ALTER TABLE whiskey.inventory_v1.whiskeys ADD CONSTRAINT distillery_name_chk CHECK (distillery_name IN ('Glenmorangie','Penderyn'));
ALTER TABLE whiskey.inventory_v1.whiskeys ADD CONSTRAINT distillery_country_chk CHECK (distillery_name IN ('Scotland','Wales'));

### Test

In [0]:
%python
def try_insert(sql_statement):
    try:
        spark.sql(sql_statement)
        print("Insert succeeded.")
    except:
        print("Insert failed.")

# Run inserts separately
try_insert("""
    INSERT INTO whiskey.inventory_v1.distilleries (distillery_name, distillery_country)
    VALUES ('Glenmorangie', 'Scotland')
""")

try_insert("""
    INSERT INTO whiskey.inventory_v1.distilleries (distillery_name, distillery_country)
    VALUES ('Penderyn', 'Wales')
""")

try_insert("""
    INSERT INTO whiskey.inventory_v1.distilleries (distillery_name, distillery_country)
    VALUES ('Guff', 'Guff')  -- known to violate constraints
""")


In [0]:
%python
def try_insert(sql_statement):
    try:
        spark.sql(sql_statement)
        print("Insert succeeded.")
    except:
        print("Insert failed.")

# Run inserts separately
try_insert("""
    INSERT INTO whiskey.inventory_v1.whiskeys (whiskey_name, whiskey_age, whiskey_type, distillery_name, distillery_country)
    VALUES ('Glenmorangie 12', 12, 'Single Malt', 'Glenmorangie', 'Scotland')
""")

try_insert("""
    INSERT INTO whiskey.inventory_v1.whiskeys (whiskey_name, whiskey_age, whiskey_type, distillery_name, distillery_country)
    VALUES ('Myth', 5, 'Single Malt', 'Penderyn', 'Wales')
""")

try_insert("""
    INSERT INTO whiskey.inventory_v1.whiskeys (whiskey_name, whiskey_age, whiskey_type, distillery_name, distillery_country)
    VALUES ('Invalid Whiskey', 10, 'Blended', 'Nonexistent Distillery', 'Nowhere')
""")



## Gotchas

1. Primary key and foreign key constraints are informational only.

## Wishlist

1. Isolate development environment such as a container.
2. Declaratively publish schema interface (pulumi?).
2. Ensure domain driven design carried out to discover domains and services.
3. Ensure that the data product mapped to the schema is geared towards a value and not an entity.
4. Cross field validation checks e.g.
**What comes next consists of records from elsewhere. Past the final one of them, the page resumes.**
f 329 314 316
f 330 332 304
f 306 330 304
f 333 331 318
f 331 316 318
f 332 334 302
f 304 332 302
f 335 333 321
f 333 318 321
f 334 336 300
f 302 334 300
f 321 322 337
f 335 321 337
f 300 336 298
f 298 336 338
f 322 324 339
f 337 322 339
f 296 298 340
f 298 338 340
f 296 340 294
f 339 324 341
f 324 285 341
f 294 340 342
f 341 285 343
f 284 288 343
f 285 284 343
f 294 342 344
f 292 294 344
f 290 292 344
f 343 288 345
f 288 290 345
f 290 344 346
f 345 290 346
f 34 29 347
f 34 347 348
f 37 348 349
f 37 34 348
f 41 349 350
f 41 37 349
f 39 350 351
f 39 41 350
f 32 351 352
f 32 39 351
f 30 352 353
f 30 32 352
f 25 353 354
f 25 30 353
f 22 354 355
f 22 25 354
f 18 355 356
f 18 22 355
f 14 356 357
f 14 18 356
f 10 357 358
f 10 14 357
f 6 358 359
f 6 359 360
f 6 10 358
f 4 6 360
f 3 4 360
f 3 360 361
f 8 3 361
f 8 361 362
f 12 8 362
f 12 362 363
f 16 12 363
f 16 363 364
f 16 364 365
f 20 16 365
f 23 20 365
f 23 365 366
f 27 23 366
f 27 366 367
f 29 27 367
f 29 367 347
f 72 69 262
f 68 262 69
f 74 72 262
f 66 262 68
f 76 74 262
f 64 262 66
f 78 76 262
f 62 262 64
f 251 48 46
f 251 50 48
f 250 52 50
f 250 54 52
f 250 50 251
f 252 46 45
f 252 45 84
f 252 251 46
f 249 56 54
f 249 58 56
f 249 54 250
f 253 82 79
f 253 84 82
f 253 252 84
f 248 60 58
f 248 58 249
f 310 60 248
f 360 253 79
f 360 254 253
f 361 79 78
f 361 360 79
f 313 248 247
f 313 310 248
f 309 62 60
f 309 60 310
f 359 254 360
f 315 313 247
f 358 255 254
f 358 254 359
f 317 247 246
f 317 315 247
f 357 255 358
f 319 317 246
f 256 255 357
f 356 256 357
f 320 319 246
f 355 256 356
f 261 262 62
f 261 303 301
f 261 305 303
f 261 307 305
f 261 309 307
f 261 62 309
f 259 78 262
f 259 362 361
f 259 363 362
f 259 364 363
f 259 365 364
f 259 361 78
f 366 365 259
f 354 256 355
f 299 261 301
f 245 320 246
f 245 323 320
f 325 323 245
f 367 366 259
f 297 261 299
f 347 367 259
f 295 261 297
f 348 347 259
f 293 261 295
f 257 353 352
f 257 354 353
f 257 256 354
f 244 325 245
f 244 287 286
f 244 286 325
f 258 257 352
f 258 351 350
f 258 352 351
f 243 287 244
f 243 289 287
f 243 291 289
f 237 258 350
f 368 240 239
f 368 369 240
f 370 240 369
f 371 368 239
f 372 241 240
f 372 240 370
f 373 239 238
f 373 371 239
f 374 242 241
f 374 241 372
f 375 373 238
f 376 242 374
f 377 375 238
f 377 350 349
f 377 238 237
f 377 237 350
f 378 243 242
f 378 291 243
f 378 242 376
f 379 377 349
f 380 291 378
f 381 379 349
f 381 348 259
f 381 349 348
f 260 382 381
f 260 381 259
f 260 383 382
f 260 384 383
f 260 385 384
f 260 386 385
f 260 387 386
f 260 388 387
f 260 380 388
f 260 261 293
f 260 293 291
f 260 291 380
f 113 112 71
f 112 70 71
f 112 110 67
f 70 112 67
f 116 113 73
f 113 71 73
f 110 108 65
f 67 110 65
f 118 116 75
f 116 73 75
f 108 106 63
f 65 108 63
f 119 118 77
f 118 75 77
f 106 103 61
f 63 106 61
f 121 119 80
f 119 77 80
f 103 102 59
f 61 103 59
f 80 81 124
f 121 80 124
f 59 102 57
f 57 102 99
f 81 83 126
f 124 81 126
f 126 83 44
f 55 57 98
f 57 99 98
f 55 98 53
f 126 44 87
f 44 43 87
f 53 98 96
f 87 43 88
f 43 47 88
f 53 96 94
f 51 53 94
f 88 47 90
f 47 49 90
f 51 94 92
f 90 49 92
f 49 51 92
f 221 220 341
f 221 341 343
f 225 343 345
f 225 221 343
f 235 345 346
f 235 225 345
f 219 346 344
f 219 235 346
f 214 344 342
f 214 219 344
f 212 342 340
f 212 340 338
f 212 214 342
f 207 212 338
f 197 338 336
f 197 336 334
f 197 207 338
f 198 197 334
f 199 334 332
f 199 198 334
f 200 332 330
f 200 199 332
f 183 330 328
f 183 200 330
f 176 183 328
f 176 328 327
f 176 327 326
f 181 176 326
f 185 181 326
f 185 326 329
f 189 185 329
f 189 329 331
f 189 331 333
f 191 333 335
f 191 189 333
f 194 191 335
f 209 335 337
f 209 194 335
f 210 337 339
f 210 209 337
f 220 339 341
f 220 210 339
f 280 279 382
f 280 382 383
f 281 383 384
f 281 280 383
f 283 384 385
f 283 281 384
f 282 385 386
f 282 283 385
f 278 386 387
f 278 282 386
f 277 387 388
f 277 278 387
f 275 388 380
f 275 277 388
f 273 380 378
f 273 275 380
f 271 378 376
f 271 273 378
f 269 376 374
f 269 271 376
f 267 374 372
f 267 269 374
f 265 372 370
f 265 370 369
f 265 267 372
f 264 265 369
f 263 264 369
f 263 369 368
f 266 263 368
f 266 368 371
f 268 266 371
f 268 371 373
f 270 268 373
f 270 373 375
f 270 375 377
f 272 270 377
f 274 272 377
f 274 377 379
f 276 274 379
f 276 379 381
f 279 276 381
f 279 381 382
Penderyn only in Wales - unit test?
5. Modularise constraint testing if repeated across models.
6. Low resourced prevention of duplicates.
7. Action commands to interface with schema akin to POST, READ etc so goes through this logic to interact with data products.
8. Prevent all reads other than via correct POST action - does this mean expose views only for READ and have appropriate functions for POST?
10. Default ability before create table.